Mack knew he wouldn’t get a name from Wayne, so there was no sense pushing it, but he wondered if Martin Thibodaux, who’d been Angus’s lawyer for more than thirty years, realized that sensitive information about one of his most influential clients was being leaked.
“Her name’s Claire Woodson,” he said.
“I know her name.” Seeing Mack’s frown, Wayne went on, “Miriam met her once. It was at an education conference in Baton Rouge about six months before I lost her. Sort of a coincidence, you might say, seeing as there was a connection between Miriam and the McMolleres.” He paused to take a puff of his cigar. “Anyway, she came away from the conference, Miriam, I mean, with a good impression of Claire Woodson. Naturally, Miriam knew how Angus and Wyona resented being kept from knowing their grandson, and that they had no positive feelings about Miss Woodson. Miriam expected somebody harder, more…ah, flamboyant, I suppose, but Miss Woodson was very nice. In fact, Miriam mentioned that she acted in every way a lady, positively straitlaced, she said.”
“She’s a redhead,” Mack said abruptly, then shifted uncomfortably at Wayne’s laugh.
“You don’t say.”
“Yeah, she doesn’t look anything like I expected.”
“You mean in all this time you never had a look at the woman you were fighting for custody of Carter’s child?”
“Just once. And it was years ago when she and Carter were having the affair.” Wayne’s attitude made him feel defensive, as if his parents’ long, hard-fought legal battle was in some way unjust. “My folks weren’t fighting for custody of the boy. They were just trying to assert their natural right to see Danny occasionally, to arrange a visit to Sugarland once in a while. As the boy’s grandparents, don’t they deserve that?”
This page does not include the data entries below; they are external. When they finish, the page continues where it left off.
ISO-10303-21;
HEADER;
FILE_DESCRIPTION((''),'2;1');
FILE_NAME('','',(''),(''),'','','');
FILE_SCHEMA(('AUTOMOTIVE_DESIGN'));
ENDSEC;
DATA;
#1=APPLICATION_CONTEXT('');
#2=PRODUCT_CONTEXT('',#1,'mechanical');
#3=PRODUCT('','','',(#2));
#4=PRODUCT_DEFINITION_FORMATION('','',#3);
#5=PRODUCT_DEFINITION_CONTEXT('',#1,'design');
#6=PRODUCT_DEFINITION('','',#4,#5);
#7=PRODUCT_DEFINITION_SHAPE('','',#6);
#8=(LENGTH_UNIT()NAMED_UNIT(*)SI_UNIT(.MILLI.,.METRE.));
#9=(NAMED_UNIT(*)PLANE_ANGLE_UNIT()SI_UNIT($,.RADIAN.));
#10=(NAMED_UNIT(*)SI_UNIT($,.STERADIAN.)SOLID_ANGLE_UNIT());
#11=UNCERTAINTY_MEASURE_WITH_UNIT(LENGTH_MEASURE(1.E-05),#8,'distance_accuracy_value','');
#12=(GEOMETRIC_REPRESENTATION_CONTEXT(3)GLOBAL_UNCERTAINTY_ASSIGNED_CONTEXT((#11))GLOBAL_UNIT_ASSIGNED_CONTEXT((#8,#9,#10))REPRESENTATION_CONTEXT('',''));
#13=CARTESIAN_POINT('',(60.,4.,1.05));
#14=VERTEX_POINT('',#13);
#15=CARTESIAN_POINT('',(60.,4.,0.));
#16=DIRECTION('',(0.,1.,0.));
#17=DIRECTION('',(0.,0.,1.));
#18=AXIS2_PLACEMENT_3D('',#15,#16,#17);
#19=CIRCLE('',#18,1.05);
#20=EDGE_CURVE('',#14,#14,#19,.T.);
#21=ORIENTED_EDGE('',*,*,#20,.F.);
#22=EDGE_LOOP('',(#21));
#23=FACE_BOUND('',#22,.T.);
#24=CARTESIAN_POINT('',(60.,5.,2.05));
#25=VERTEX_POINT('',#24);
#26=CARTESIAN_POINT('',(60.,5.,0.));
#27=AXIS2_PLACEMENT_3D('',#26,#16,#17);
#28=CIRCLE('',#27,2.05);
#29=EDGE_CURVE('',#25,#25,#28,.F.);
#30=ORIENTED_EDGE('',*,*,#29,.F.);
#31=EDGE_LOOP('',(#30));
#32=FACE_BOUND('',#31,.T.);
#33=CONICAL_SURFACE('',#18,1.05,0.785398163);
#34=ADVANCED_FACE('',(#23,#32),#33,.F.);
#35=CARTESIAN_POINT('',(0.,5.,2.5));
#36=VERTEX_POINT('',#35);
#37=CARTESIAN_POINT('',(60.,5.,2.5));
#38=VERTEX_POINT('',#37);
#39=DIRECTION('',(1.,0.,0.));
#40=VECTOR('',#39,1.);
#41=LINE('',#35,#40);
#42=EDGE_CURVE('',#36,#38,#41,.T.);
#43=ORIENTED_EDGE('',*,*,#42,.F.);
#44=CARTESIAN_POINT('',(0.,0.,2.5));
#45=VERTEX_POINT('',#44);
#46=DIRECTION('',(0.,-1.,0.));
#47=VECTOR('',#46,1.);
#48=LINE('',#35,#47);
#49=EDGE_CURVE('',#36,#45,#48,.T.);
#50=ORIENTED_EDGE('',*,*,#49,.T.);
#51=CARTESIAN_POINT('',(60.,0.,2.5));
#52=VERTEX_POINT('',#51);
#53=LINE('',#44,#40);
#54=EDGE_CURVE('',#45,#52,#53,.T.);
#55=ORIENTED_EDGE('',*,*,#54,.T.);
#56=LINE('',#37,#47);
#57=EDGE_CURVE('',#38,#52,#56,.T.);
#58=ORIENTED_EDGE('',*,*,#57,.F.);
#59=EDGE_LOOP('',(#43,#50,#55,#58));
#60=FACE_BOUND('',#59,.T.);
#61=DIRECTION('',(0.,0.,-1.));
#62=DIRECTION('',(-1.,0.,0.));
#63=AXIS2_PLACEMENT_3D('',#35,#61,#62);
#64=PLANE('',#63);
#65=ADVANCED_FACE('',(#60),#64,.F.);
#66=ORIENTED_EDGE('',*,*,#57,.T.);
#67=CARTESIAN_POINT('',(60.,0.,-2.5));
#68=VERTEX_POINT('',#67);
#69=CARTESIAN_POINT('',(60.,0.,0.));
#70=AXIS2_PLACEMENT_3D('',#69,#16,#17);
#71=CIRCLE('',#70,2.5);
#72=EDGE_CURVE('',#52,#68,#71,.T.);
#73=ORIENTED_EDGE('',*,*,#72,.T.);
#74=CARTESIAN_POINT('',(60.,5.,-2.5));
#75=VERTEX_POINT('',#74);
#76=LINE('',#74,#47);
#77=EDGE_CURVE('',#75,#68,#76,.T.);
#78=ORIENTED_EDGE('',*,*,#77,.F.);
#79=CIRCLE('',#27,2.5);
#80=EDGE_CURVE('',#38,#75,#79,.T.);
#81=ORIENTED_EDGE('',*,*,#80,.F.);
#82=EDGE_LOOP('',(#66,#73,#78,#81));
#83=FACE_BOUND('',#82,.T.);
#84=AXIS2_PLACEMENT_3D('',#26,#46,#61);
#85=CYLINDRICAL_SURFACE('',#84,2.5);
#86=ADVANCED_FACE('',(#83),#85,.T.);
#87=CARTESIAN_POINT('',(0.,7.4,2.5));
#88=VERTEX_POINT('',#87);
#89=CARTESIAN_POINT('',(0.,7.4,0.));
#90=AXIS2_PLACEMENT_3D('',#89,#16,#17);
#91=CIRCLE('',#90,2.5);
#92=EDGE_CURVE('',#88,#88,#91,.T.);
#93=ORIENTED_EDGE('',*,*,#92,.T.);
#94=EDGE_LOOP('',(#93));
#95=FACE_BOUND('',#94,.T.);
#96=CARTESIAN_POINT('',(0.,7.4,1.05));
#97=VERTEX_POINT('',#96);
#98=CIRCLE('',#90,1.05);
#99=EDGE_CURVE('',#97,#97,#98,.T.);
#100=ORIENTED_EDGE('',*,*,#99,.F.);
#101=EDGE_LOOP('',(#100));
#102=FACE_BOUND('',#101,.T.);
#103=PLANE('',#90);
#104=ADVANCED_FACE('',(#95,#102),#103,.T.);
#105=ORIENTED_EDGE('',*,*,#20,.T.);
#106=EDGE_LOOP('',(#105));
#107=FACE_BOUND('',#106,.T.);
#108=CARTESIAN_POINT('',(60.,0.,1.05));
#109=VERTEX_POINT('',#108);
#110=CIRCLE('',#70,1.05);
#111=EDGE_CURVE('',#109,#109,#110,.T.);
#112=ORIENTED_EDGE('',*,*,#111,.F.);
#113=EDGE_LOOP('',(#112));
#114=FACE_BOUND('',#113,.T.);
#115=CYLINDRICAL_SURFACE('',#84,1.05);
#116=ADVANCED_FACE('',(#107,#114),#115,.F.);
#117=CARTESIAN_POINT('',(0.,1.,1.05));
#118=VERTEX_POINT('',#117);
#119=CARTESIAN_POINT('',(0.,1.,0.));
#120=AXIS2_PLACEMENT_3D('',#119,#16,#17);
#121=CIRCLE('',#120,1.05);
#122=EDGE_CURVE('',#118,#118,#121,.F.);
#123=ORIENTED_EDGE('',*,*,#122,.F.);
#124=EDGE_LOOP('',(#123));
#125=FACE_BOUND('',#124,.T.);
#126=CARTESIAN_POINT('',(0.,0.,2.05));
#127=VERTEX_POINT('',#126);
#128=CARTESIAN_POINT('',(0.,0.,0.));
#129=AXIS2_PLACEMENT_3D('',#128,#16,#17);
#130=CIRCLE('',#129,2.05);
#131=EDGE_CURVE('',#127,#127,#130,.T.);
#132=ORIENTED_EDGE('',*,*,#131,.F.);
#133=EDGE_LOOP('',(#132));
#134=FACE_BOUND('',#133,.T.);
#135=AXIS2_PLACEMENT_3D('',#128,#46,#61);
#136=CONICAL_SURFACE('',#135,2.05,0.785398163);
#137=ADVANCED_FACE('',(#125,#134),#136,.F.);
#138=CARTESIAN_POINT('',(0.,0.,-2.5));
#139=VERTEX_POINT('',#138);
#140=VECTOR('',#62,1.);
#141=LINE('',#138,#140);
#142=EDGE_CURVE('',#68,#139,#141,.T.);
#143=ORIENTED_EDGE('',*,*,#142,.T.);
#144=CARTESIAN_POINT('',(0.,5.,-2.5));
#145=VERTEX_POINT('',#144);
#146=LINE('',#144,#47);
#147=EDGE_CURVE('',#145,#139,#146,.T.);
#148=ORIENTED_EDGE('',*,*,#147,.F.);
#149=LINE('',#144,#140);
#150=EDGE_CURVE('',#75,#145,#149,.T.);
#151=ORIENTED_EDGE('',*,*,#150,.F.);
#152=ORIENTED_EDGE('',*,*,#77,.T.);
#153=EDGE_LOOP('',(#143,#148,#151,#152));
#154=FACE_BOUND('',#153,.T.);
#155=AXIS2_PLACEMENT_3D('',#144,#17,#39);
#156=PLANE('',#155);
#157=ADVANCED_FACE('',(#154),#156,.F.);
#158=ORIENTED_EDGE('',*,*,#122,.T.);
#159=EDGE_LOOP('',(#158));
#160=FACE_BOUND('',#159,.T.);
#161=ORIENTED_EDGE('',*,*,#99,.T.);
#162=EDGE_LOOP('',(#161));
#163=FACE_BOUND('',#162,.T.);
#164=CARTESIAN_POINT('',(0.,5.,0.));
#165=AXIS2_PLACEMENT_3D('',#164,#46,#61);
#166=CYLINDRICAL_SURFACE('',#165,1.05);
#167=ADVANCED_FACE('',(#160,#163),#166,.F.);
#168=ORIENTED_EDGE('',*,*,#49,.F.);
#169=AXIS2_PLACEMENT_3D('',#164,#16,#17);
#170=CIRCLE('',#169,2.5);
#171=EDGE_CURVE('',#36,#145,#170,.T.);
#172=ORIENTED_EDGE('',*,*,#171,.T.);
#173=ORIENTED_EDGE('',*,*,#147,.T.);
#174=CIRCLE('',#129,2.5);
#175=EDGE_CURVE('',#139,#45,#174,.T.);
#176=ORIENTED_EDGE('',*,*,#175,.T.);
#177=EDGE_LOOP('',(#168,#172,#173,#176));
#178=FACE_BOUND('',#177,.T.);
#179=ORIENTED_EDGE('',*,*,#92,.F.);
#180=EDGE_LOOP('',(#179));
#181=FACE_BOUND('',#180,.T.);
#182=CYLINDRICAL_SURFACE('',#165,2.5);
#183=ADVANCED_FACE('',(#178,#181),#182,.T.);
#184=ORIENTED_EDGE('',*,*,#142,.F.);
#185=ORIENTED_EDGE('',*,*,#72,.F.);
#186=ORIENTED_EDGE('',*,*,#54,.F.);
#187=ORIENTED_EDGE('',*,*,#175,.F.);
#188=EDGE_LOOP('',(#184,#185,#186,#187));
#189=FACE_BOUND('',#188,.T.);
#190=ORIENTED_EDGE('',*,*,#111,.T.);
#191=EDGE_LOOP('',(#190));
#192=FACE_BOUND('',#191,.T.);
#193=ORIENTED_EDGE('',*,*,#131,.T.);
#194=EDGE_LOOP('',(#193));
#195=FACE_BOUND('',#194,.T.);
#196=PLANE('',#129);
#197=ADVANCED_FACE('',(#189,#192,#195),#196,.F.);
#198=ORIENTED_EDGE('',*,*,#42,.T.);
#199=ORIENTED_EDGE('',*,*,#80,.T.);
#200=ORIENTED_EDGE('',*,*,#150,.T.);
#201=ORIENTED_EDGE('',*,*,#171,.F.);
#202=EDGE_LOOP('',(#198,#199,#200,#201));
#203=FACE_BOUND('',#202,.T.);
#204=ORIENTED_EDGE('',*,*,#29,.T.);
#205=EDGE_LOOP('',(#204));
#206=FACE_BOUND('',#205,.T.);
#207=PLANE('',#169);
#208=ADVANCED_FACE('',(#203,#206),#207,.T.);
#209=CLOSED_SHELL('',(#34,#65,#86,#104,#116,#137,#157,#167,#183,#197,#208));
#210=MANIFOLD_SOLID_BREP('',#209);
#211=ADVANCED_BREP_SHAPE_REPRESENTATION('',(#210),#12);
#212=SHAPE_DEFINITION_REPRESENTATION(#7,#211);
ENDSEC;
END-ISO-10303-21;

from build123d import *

# Parameters (mm, degrees)
SKETCH1_R           = 1.05
BOSS_EXTRUDE1_DEPTH = 5
CHAMFER1_SIZE       = 1
CHAMFER2_SIZE       = 1
SKETCH2_R           = 2.5
SKETCH2_R_2         = 1.05
BOSS_EXTRUDE2_DEPTH = 2.4


with BuildPart() as part:
    # Sketch1 → Boss-Extrude1 (new body)
    with BuildSketch(Plane(origin=(0, 0, 0), x_dir=(1, 0, 0), z_dir=(0, 1, 0))):
        with BuildLine():
            Line((0, 2.5), (60, 2.5))
            ThreePointArc((60, 2.5), (62.5, 0), (60, -2.5))
            Line((60, -2.5), (0, -2.5))
            ThreePointArc((0, -2.5), (-2.5, 0), (0, 2.5))
        make_face()
        with Locations(Location((0, 0, 0), (0, 0, 270))):
            Circle(SKETCH1_R, mode=Mode.SUBTRACT)
        with Locations(Location((60, 0, 0), (0, 0, 270))):
            Circle(SKETCH1_R, mode=Mode.SUBTRACT)
    extrude(amount=BOSS_EXTRUDE1_DEPTH)

    # Chamfer1
    chamfer1_edges = [part.edges().sort_by_distance(p)[0] for p in [
        (60, 5, -1.05),
    ]]
    chamfer(chamfer1_edges, length=CHAMFER1_SIZE)

    # Chamfer2
    chamfer2_edges = [part.edges().sort_by_distance(p)[0] for p in [
        (0, 0, -1.05),
    ]]
    chamfer(chamfer2_edges, length=CHAMFER2_SIZE)

    # Sketch2 → Boss-Extrude2 (add)
    with BuildSketch(Plane(origin=(0, 5, 0), x_dir=(1, 0, 0), z_dir=(0, 1, 0))):
        with Locations(Location((0, 0, 0), (0, 0, 270))):
            Circle(SKETCH2_R)
        with Locations(Location((0, 0, 0), (0, 0, 270))):
            Circle(SKETCH2_R_2, mode=Mode.SUBTRACT)
    extrude(amount=BOSS_EXTRUDE2_DEPTH)


solid = part.part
“Well, it sounds reasonable,” Wayne said, leaning back until he was nearly horizontal in his chair. Smoke curled lazily from his cigar. “And Miriam told me that Miss Woodson seemed like a reasonable young woman, very sensible. Makes you wonder why she fought access so hard.”
It was something Mack had wondered about, too. He wished he had an answer. “She’s not exactly what I expected.”
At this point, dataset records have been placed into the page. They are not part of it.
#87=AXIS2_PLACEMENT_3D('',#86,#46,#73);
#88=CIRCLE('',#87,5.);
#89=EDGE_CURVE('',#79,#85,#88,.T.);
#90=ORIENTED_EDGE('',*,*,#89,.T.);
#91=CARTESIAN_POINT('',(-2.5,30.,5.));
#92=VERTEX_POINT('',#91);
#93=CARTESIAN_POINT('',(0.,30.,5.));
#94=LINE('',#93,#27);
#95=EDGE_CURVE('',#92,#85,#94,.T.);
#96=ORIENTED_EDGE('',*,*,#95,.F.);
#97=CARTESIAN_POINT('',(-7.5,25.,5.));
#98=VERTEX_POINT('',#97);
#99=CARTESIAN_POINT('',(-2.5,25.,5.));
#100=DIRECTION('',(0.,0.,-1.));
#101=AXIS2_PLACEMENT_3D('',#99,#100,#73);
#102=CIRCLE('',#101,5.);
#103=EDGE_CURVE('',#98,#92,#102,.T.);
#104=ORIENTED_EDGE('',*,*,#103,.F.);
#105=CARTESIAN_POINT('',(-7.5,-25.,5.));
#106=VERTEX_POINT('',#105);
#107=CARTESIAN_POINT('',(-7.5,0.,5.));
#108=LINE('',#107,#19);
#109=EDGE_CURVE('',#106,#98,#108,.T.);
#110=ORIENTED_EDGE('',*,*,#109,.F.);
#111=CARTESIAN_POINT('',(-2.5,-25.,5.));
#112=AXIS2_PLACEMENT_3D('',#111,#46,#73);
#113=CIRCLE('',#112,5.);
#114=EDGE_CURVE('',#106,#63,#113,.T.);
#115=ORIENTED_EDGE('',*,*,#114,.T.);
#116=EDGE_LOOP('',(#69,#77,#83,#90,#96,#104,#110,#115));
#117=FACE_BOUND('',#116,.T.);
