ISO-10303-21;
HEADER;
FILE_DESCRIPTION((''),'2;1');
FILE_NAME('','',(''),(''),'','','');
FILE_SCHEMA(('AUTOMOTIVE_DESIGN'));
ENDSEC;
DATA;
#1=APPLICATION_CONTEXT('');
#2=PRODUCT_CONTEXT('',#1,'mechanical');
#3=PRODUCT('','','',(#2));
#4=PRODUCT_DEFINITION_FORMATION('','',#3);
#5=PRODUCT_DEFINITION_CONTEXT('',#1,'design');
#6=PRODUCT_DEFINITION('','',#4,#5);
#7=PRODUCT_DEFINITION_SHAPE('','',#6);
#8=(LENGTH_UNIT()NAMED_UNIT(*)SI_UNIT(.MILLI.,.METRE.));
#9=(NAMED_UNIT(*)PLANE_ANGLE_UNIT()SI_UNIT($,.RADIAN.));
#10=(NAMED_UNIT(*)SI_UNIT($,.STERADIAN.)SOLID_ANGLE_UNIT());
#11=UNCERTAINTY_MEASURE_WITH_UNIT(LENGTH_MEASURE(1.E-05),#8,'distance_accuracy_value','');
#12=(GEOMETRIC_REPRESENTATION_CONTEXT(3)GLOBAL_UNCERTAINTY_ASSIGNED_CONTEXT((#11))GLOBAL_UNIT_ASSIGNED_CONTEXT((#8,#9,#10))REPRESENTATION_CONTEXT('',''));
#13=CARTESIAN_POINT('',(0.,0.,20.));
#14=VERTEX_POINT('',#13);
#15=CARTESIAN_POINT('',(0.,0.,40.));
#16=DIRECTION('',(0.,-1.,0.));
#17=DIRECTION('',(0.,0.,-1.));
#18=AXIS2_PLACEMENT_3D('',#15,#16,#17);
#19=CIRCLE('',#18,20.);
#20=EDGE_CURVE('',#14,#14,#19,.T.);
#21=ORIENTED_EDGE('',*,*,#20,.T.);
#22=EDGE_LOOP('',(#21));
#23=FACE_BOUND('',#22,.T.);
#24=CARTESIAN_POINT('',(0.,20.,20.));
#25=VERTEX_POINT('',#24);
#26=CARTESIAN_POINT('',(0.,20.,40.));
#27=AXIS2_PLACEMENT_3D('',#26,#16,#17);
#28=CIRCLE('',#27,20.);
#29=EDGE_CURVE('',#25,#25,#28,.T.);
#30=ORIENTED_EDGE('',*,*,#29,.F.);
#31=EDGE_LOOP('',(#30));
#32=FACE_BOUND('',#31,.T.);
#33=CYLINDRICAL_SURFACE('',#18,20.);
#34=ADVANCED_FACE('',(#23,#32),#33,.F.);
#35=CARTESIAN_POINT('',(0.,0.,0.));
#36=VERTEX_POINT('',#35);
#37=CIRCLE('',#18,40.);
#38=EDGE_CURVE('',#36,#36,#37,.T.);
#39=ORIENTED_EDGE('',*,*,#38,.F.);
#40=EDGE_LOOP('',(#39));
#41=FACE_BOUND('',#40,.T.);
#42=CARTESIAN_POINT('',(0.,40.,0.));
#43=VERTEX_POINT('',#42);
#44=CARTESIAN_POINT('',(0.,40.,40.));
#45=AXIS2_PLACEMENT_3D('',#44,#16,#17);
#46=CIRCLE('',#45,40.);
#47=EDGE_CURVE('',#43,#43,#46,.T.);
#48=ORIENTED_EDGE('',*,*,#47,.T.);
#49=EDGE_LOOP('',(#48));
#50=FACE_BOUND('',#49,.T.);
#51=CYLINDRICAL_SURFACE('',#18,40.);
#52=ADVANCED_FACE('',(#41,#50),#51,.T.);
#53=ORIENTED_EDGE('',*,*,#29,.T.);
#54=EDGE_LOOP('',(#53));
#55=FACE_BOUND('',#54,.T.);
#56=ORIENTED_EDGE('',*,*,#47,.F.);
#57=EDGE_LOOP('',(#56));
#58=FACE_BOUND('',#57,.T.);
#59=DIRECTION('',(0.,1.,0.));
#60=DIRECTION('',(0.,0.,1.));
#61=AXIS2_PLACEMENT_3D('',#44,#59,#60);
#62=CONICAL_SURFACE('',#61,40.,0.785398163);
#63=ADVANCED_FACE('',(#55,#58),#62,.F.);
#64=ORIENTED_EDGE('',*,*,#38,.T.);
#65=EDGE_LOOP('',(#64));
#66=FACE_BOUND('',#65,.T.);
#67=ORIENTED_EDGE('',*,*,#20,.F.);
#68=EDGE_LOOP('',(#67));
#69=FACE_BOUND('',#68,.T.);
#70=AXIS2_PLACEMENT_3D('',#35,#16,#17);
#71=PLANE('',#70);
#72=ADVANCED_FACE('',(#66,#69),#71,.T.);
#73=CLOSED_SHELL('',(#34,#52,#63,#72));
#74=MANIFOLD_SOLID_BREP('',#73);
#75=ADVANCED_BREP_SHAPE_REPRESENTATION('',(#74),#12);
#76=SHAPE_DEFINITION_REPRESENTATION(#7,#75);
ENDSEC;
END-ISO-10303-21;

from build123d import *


with BuildPart() as part:
    # Sketch3 → Revolve1 (revolve)
    with BuildSketch(Plane(origin=(0, 0, 0), x_dir=(0, 0, -1), z_dir=(1, 0, 0))):
        Polygon((0, 0), (0, 40), (-20, 20), (-20, 0), align=None)
    revolve(axis=Axis((0, 0, 40), (0, 1, 0)))


solid = part.part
“You’re probably not what she expected,” Wayne said, smiling faintly.
“How do you mean?”
“She probably thinks that since you’re Carter’s brother you share other characteristics.” He reached over and gently rubbed the ashes from the end of his cigar. “Nothing could be further from the truth, as anybody who knows you could tell her.”
“Wayne—”
“Aw, now, don’t go getting that look on your face. I’m not saying anything bad about your brother, ‘specially now he’s gone and can’t defend himself.” He hunched a little closer to his desk, looking Mack directly in the eye. “Let me give you some advice, Mack. Don’t assume things are as they seem with Claire Woodson. I know you’ve got a lot on you, son. You’re on the board of that oil company now, you’re the biggest sugarcane farmer in four parishes, you’re struggling to learn to be a parent to your little girl. The two of you hardly know each other at all after all these years Liz kept her from you. And now you’ve got Claire and her little boy and her feud with your folks dumped in your lap. Angus can’t help much, he’s sick and your mama…well, your mama is hardly the lady she was before Carter died in that airplane crash.” He put his cigar in an ashtray that was an open alligator’s mouth, and shoved it aside. “But you need to wait a while before judging Claire. See if you think she’s the kind of woman who’d arbitrarily deny decent grandparents the right to have a relationship with their only grandson. And if the answer’s yes, then take a minute to ask yourself why in the world she would feel that way.”